I had my endocrine and rheumatology follow up appointments last week. I was scheduled to see endocrine anyway, but the rheumatology appointment ended up happening a few weeks earlier than I was scheduled to see them.
My endocrinologist was stumped about all that had gone on at the hospital - so many tests and such severe symptoms that it seemed impossible that they found nothing that would explain what was going on. My hemolysis seemed to get a lot worse while I was off dapsone, my hemoglobin dropping below 10. Because of all this, she thought it was reasonable to stop the dapsone all together, as it may be a cause of the symptoms I have had, but wanted me to check with rheumatology first to see if they agreed.
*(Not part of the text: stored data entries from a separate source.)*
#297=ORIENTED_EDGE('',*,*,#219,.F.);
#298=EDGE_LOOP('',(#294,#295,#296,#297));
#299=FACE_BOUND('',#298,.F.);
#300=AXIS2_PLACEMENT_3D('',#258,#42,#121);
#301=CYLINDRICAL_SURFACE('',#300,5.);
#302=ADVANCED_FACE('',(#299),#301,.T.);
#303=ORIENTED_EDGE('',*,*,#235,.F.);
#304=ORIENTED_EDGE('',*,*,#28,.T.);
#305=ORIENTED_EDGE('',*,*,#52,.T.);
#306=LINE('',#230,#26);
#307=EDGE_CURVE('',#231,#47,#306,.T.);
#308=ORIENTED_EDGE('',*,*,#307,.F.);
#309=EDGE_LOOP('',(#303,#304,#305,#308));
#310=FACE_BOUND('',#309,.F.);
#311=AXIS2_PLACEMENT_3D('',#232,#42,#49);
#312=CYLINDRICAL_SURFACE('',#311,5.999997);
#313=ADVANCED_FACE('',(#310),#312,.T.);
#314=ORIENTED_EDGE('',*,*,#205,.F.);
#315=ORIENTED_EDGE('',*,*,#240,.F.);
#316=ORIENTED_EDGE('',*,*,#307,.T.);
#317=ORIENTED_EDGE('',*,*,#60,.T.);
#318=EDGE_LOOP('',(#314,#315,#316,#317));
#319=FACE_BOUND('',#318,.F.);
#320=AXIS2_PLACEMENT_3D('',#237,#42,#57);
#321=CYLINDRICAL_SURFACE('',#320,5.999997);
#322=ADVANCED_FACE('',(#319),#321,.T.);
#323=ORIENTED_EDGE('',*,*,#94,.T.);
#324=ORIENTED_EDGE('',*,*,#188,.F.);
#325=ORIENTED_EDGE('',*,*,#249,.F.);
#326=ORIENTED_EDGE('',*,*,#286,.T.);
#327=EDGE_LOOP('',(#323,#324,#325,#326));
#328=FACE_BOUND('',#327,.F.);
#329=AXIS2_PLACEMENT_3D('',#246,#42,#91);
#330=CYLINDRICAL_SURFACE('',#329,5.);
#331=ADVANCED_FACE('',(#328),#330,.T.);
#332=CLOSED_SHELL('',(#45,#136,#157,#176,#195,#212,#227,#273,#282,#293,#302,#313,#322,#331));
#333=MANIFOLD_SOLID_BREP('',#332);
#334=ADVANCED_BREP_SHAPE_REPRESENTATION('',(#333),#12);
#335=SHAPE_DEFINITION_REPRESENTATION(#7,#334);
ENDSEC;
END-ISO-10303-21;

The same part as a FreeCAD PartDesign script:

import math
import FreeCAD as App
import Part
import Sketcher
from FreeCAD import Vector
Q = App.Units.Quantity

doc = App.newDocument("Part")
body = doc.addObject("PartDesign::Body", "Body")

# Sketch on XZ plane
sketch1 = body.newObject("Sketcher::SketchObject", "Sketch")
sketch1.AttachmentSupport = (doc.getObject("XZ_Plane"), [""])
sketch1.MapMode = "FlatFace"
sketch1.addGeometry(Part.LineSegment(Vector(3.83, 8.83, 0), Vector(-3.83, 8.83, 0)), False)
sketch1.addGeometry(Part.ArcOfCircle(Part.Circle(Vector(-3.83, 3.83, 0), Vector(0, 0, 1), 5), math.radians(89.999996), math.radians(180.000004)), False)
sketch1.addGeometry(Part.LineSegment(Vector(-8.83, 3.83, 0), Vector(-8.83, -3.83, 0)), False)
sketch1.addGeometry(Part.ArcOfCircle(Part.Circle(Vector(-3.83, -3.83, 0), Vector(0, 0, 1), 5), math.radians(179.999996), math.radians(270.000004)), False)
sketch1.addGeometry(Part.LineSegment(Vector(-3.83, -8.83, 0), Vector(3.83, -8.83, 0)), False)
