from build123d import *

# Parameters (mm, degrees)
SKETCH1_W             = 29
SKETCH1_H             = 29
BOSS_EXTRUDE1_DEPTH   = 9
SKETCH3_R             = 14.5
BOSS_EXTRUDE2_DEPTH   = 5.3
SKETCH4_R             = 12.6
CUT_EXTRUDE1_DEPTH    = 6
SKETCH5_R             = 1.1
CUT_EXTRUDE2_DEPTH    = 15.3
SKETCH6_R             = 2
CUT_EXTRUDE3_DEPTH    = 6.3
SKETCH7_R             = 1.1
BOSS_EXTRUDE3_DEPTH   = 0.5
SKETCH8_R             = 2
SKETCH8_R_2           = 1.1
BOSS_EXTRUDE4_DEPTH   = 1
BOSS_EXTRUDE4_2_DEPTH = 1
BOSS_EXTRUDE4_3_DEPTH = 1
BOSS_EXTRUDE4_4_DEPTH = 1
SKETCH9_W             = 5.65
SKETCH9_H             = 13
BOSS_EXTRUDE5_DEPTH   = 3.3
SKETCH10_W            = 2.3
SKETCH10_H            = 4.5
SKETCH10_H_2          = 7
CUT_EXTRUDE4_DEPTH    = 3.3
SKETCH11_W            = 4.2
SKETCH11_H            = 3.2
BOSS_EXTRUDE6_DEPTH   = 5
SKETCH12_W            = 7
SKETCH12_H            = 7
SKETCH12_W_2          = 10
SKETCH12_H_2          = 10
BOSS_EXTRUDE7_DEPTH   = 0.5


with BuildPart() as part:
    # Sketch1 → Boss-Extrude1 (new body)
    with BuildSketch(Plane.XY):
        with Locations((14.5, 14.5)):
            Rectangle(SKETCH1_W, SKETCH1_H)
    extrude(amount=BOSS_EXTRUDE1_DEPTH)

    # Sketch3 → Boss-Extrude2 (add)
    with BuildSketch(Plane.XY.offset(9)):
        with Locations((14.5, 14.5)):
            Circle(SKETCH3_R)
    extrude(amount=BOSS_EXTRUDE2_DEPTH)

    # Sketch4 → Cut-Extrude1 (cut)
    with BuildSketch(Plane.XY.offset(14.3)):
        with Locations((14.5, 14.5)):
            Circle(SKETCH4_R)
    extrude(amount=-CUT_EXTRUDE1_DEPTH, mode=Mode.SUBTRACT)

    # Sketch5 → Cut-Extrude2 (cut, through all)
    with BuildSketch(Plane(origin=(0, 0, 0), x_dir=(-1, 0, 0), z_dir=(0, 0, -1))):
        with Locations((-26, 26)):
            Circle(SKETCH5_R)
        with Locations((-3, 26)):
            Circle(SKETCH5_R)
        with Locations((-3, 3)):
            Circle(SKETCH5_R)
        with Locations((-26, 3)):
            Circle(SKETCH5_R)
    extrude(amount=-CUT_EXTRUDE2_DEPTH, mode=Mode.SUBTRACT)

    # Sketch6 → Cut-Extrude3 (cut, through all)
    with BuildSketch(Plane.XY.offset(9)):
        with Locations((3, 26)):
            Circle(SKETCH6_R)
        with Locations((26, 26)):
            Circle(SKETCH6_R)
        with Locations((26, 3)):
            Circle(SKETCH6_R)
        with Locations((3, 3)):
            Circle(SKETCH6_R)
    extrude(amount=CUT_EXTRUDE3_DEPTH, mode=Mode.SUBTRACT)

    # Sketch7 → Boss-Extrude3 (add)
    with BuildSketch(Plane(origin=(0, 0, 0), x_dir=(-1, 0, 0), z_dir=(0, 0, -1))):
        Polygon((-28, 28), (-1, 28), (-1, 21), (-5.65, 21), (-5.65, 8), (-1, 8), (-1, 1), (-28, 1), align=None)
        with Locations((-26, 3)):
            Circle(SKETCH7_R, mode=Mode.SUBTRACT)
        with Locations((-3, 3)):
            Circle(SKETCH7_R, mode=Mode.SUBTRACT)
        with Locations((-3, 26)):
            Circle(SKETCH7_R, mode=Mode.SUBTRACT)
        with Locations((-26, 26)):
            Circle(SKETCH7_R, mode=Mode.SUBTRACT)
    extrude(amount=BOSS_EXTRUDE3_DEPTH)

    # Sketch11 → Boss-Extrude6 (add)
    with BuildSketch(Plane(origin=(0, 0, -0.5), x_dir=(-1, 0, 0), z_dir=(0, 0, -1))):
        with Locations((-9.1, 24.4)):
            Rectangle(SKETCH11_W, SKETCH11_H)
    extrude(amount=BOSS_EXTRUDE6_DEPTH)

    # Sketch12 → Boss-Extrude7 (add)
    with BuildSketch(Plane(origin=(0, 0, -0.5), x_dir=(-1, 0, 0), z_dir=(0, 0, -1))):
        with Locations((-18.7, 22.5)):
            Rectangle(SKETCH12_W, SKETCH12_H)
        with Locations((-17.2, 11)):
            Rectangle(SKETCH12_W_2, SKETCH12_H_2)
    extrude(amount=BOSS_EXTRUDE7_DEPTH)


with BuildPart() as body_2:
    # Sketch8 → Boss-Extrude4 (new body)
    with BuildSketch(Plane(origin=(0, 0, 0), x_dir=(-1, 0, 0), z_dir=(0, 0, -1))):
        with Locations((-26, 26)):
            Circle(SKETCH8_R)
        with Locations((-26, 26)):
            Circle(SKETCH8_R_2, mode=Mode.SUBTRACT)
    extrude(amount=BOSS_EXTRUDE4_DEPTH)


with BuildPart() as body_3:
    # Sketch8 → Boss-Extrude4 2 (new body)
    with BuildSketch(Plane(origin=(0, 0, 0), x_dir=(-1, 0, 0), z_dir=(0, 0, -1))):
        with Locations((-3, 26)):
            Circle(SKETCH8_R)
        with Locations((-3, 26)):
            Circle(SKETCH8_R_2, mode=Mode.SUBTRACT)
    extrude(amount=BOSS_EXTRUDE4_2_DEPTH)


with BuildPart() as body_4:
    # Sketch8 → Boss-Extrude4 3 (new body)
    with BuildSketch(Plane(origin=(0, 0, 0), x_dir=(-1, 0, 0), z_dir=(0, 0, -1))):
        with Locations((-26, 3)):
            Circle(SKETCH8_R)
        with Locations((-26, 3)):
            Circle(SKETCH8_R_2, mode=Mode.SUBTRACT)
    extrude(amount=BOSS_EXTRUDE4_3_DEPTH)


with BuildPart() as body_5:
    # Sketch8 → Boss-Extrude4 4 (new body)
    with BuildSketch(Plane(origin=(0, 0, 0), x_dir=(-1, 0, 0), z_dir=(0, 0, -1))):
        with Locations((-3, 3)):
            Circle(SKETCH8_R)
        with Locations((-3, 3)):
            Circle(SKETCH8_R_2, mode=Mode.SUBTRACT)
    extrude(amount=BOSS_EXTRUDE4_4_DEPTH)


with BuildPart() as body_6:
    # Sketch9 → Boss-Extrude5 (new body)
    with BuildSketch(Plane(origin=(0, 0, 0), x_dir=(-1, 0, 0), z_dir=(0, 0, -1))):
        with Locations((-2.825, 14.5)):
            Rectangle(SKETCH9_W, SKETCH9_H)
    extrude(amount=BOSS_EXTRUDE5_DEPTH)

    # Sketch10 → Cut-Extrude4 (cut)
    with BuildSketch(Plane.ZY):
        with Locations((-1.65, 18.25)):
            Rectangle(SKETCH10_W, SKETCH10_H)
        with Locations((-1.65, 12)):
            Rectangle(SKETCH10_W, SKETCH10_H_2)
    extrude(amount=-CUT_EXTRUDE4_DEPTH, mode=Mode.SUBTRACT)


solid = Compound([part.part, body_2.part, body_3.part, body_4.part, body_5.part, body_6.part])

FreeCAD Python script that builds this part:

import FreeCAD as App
import Part
import Sketcher

doc = App.newDocument("Part")
body = doc.addObject("PartDesign::Body", "Body")

sketch1 = body.newObject("Sketcher::SketchObject", "Sketch")
sketch1.AttachmentSupport = (doc.getObject("XY_Plane"), [""])
sketch1.MapMode = "FlatFace"
sketch1.addGeometry([
    Part.LineSegment(App.Vector(0, 29, 0), App.Vector(0, 0, 0)),
    Part.LineSegment(App.Vector(0, 0, 0), App.Vector(29, 0, 0)),
    Part.LineSegment(App.Vector(29, 0, 0), App.Vector(29, 29, 0)),
    Part.LineSegment(App.Vector(29, 29, 0), App.Vector(0, 29, 0)),
], False)
sketch1.addConstraint([
    Sketcher.Constraint("Coincident", 0, 2, 1, 1),
    Sketcher.Constraint("Coincident", 1, 2, 2, 1),
    Sketcher.Constraint("Coincident", 2, 2, 3, 1),
    Sketcher.Constraint("Coincident", 3, 2, 0, 1),
    Sketcher.Constraint("Vertical", 0),
    Sketcher.Constraint("Horizontal", 1),
    Sketcher.Constraint("Vertical", 2),
    Sketcher.Constraint("Horizontal", 3),
    Sketcher.Constraint("Coincident", 0, 2, -1, 1),
    Sketcher.Constraint("Equal", 3, 0),
    Sketcher.Constraint("DistanceX", 1, 1, 1, 2, 29.0),
])
pad1 = body.newObject("PartDesign::Pad", "Pad")
pad1.Profile = sketch1
pad1.Length = 9

sketch2 = body.newObject("Sketcher::SketchObject", "Sketch001")
sketch2.AttachmentSupport = (doc.getObject("XY_Plane"), [""])
sketch2.MapMode = "FlatFace"
sketch2.AttachmentOffset = App.Placement(App.Vector(0, 0, 9), App.Rotation())
sketch2.addGeometry(Part.Circle(App.Vector(14, 14, 0), App.Vector(0, 0, 1), 14), False)
sketch2.addConstraint([
    Sketcher.Constraint("Diameter", 0, 29.0),
    Sketcher.Constraint("DistanceX", -1, 1, 0, 3, 14.5),
    Sketcher.Constraint("DistanceY", -1, 1, 0, 3, 14.5),
])
pad2 = body.newObject("PartDesign::Pad", "Pad001")
pad2.Profile = sketch2
pad2.Length = 5.3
I also had labs to check that my ACTH came down, and my electrolytes were normal.
I emailed my rheumatologist to see if he thought it was okay to stop the dapsone, and he asked me to come in the next day to discuss options. Immediately I knew I didn't have a lot of options if they wanted me to come in the office, usually this kind of thing can be done over the phone or email. The drug he recommends is Rituxan, which has to be infused via IV. It comes with a risk of severe allergic reaction, infection, and my most hated side effect - nausea. I can deal with pain no problem, but make me too warm or nauseated - forget it.
I asked if there were any other options, like plasmapheresis, which where they take my blood plasma, which holds antibodies that attack my red blood cells, and infuse a donor's plasma which has correctly functioning antibodies. He didn't think this would be a good option because I would need either a central line, or PICC line, to handle the frequency of these treatments, which could be as frequent as once a week. Having these lines also means increased risk of infection, blood clots, and of course, more time in the hospital.
I am very hesitant to try the Rituxan, because of the dangers and side effects, but my only other option would be plasmapheresis, or a bone marrow transplant. He did say we could watch my blood counts for a while and as long as my hemoglobin stays above 10, we can wait to treat this, but I have a feeling the hemolysis is a part of the hypoxia and shortness of breath.
I just don't know what to do. If any of you have experience with Rituxan or hemolytic anemia let me know!